Information provided -
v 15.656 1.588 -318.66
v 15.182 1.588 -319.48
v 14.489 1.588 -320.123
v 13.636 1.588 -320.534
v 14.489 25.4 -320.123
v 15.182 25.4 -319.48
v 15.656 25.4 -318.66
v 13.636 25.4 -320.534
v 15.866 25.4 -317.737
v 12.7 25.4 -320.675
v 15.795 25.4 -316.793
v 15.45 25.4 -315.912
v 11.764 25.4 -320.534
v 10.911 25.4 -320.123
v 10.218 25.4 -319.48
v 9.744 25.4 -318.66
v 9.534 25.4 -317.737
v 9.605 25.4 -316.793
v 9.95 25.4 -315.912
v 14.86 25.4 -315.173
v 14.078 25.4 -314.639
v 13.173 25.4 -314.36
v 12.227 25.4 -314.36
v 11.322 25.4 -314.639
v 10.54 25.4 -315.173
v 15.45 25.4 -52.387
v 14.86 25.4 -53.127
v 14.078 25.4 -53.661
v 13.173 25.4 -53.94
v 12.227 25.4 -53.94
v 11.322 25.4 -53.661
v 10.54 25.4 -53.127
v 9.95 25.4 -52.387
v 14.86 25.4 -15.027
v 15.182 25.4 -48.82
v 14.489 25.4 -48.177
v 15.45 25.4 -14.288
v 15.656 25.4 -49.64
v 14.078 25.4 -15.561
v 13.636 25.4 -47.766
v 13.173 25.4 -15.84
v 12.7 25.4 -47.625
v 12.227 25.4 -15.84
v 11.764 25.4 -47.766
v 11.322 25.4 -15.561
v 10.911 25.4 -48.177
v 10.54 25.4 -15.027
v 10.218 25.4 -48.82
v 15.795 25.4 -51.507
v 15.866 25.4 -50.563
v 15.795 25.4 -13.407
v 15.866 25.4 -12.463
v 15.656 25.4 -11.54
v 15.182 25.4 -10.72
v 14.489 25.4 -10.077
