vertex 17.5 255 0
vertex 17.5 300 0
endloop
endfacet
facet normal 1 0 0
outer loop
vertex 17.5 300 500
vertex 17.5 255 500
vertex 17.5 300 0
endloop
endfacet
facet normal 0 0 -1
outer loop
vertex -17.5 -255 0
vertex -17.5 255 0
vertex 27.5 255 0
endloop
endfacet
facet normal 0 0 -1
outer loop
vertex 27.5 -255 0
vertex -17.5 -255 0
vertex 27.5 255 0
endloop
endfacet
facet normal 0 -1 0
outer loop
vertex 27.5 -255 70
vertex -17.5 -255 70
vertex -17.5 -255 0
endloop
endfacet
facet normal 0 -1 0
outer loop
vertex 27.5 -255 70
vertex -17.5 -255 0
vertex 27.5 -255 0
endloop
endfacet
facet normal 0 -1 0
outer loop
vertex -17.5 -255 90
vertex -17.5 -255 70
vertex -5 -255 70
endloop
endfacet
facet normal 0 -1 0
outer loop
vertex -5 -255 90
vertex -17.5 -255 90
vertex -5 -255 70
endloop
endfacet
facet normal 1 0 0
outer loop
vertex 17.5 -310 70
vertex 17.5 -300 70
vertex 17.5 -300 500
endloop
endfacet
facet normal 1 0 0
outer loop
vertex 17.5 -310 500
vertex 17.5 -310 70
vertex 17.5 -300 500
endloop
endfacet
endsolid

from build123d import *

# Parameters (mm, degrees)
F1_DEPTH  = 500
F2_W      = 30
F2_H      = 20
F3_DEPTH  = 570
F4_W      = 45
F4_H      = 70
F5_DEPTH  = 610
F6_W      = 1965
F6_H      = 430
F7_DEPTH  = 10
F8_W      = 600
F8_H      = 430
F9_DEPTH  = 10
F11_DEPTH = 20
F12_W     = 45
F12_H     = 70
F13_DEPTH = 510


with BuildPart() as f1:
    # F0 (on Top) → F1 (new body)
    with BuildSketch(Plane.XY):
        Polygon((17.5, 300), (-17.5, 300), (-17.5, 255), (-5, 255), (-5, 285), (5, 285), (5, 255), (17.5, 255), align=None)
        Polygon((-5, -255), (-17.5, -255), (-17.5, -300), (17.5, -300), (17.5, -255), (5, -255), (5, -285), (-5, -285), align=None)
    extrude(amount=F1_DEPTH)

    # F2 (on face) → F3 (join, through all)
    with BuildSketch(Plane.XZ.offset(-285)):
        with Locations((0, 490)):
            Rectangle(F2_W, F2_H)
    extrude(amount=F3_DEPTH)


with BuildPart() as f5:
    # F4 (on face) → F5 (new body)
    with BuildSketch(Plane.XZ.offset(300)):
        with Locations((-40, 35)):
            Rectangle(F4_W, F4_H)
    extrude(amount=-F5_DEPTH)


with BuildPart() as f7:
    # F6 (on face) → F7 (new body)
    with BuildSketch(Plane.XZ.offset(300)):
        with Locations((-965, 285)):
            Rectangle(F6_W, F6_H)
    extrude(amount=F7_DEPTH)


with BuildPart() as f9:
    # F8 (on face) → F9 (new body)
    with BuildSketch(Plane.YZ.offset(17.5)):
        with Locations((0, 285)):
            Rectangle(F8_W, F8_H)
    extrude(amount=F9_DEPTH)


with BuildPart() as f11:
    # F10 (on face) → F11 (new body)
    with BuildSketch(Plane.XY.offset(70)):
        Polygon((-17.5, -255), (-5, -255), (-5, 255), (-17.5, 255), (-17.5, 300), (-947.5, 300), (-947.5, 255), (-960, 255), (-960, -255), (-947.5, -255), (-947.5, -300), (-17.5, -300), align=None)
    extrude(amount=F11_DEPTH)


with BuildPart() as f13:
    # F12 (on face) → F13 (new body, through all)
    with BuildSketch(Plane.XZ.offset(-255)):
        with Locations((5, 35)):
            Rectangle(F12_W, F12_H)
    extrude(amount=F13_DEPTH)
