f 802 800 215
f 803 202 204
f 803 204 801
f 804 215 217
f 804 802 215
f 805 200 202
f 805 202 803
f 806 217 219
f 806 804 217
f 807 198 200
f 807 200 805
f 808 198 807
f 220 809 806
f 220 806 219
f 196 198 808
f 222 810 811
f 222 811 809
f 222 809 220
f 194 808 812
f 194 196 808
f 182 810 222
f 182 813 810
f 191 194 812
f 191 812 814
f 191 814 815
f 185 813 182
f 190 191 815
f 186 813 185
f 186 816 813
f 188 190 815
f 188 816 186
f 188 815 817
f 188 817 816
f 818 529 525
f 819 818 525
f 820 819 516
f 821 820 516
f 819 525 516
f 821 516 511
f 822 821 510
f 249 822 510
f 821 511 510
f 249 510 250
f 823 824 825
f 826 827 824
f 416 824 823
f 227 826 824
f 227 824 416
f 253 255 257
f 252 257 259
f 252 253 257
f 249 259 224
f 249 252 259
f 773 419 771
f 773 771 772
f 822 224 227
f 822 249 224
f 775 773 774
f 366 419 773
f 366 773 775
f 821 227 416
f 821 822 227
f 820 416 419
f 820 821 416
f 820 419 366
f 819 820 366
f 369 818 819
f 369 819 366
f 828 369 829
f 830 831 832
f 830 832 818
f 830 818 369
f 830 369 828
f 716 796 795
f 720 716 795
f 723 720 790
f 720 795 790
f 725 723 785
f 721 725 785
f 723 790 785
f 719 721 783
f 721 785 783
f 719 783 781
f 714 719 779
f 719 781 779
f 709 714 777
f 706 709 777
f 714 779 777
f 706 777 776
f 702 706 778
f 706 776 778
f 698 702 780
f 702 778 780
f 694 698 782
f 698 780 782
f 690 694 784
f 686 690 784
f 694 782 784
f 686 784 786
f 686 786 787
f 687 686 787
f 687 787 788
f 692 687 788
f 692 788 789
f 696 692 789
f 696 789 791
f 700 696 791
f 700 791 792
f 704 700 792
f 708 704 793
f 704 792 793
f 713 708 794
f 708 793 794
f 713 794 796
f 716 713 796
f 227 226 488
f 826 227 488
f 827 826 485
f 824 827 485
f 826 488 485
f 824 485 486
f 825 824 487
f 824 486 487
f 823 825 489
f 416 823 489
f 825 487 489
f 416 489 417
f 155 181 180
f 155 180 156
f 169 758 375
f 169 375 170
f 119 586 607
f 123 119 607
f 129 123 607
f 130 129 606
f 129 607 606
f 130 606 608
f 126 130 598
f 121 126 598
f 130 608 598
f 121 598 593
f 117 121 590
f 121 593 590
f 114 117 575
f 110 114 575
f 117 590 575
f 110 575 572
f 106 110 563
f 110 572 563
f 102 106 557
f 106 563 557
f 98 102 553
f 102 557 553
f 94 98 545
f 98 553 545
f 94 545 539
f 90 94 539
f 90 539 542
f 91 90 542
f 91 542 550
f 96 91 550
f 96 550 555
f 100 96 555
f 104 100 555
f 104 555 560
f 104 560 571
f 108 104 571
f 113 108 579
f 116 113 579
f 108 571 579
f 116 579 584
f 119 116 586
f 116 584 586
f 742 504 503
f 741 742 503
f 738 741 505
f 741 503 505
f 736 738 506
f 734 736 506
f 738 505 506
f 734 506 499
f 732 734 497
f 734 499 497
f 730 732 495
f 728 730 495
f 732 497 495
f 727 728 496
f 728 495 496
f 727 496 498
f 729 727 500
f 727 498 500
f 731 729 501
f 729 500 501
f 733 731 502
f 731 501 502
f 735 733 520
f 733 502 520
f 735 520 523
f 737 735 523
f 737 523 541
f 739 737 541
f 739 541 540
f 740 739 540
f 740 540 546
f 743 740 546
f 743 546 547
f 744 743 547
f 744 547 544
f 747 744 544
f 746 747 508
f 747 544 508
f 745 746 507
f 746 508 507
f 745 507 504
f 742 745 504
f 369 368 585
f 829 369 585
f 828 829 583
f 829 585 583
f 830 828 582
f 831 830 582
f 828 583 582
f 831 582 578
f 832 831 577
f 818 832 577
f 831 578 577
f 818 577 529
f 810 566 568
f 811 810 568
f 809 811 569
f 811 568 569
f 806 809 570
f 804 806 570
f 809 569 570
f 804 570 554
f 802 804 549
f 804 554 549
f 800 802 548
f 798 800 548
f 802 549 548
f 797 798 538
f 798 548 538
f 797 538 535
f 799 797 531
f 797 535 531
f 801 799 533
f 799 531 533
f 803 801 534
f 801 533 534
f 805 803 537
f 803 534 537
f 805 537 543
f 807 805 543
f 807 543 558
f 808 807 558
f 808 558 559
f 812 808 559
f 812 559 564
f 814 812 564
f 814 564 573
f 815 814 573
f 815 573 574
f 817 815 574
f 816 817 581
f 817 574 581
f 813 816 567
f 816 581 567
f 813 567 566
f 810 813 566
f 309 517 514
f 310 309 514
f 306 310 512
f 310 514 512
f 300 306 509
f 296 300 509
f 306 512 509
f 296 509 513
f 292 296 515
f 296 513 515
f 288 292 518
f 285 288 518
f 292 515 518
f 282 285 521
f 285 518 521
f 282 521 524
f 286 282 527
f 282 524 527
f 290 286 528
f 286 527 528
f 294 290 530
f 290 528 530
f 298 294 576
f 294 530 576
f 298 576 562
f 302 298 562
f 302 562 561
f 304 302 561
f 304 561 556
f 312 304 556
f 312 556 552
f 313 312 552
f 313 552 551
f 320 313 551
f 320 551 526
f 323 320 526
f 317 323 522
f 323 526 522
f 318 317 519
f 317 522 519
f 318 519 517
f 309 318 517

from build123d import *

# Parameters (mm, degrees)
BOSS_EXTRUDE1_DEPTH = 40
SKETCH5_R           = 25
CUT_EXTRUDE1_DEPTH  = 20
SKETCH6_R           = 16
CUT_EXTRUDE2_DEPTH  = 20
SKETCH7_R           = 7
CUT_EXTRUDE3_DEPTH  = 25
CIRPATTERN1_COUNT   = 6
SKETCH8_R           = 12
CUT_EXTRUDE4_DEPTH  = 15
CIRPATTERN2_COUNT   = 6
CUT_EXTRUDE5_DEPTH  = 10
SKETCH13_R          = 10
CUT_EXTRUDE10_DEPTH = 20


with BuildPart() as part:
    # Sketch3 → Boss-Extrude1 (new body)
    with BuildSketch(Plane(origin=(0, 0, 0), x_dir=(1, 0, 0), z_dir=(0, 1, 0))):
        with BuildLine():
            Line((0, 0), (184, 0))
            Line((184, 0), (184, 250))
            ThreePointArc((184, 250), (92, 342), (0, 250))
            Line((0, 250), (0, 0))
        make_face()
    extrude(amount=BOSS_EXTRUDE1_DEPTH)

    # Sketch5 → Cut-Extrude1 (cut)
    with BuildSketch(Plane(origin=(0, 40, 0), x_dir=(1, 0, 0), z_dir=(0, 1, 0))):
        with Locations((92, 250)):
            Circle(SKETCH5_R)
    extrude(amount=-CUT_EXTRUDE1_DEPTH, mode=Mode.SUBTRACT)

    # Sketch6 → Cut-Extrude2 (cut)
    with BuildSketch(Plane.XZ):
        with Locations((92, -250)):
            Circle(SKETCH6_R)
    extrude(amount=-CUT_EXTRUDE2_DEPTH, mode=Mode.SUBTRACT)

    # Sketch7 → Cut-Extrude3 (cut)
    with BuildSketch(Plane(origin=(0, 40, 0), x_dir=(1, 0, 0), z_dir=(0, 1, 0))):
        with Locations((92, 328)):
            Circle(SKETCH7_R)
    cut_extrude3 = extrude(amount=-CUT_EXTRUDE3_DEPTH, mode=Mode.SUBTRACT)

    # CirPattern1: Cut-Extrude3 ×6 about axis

Task to complete - In the data above, retype exactly and only the lines between the one holding "f 110 575 572" and the one holding "f 116 579 584", inclusive.

Answer space -
f 110 575 572
f 106 110 563
f 110 572 563
f 102 106 557
f 106 563 557
f 98 102 553
f 102 557 553
f 94 98 545
f 98 553 545
f 94 545 539
f 90 94 539
f 90 539 542
f 91 90 542
f 91 542 550
f 96 91 550
f 96 550 555
f 100 96 555
f 104 100 555
f 104 555 560
f 104 560 571
f 108 104 571
f 113 108 579
f 116 113 579
f 108 571 579
f 116 579 584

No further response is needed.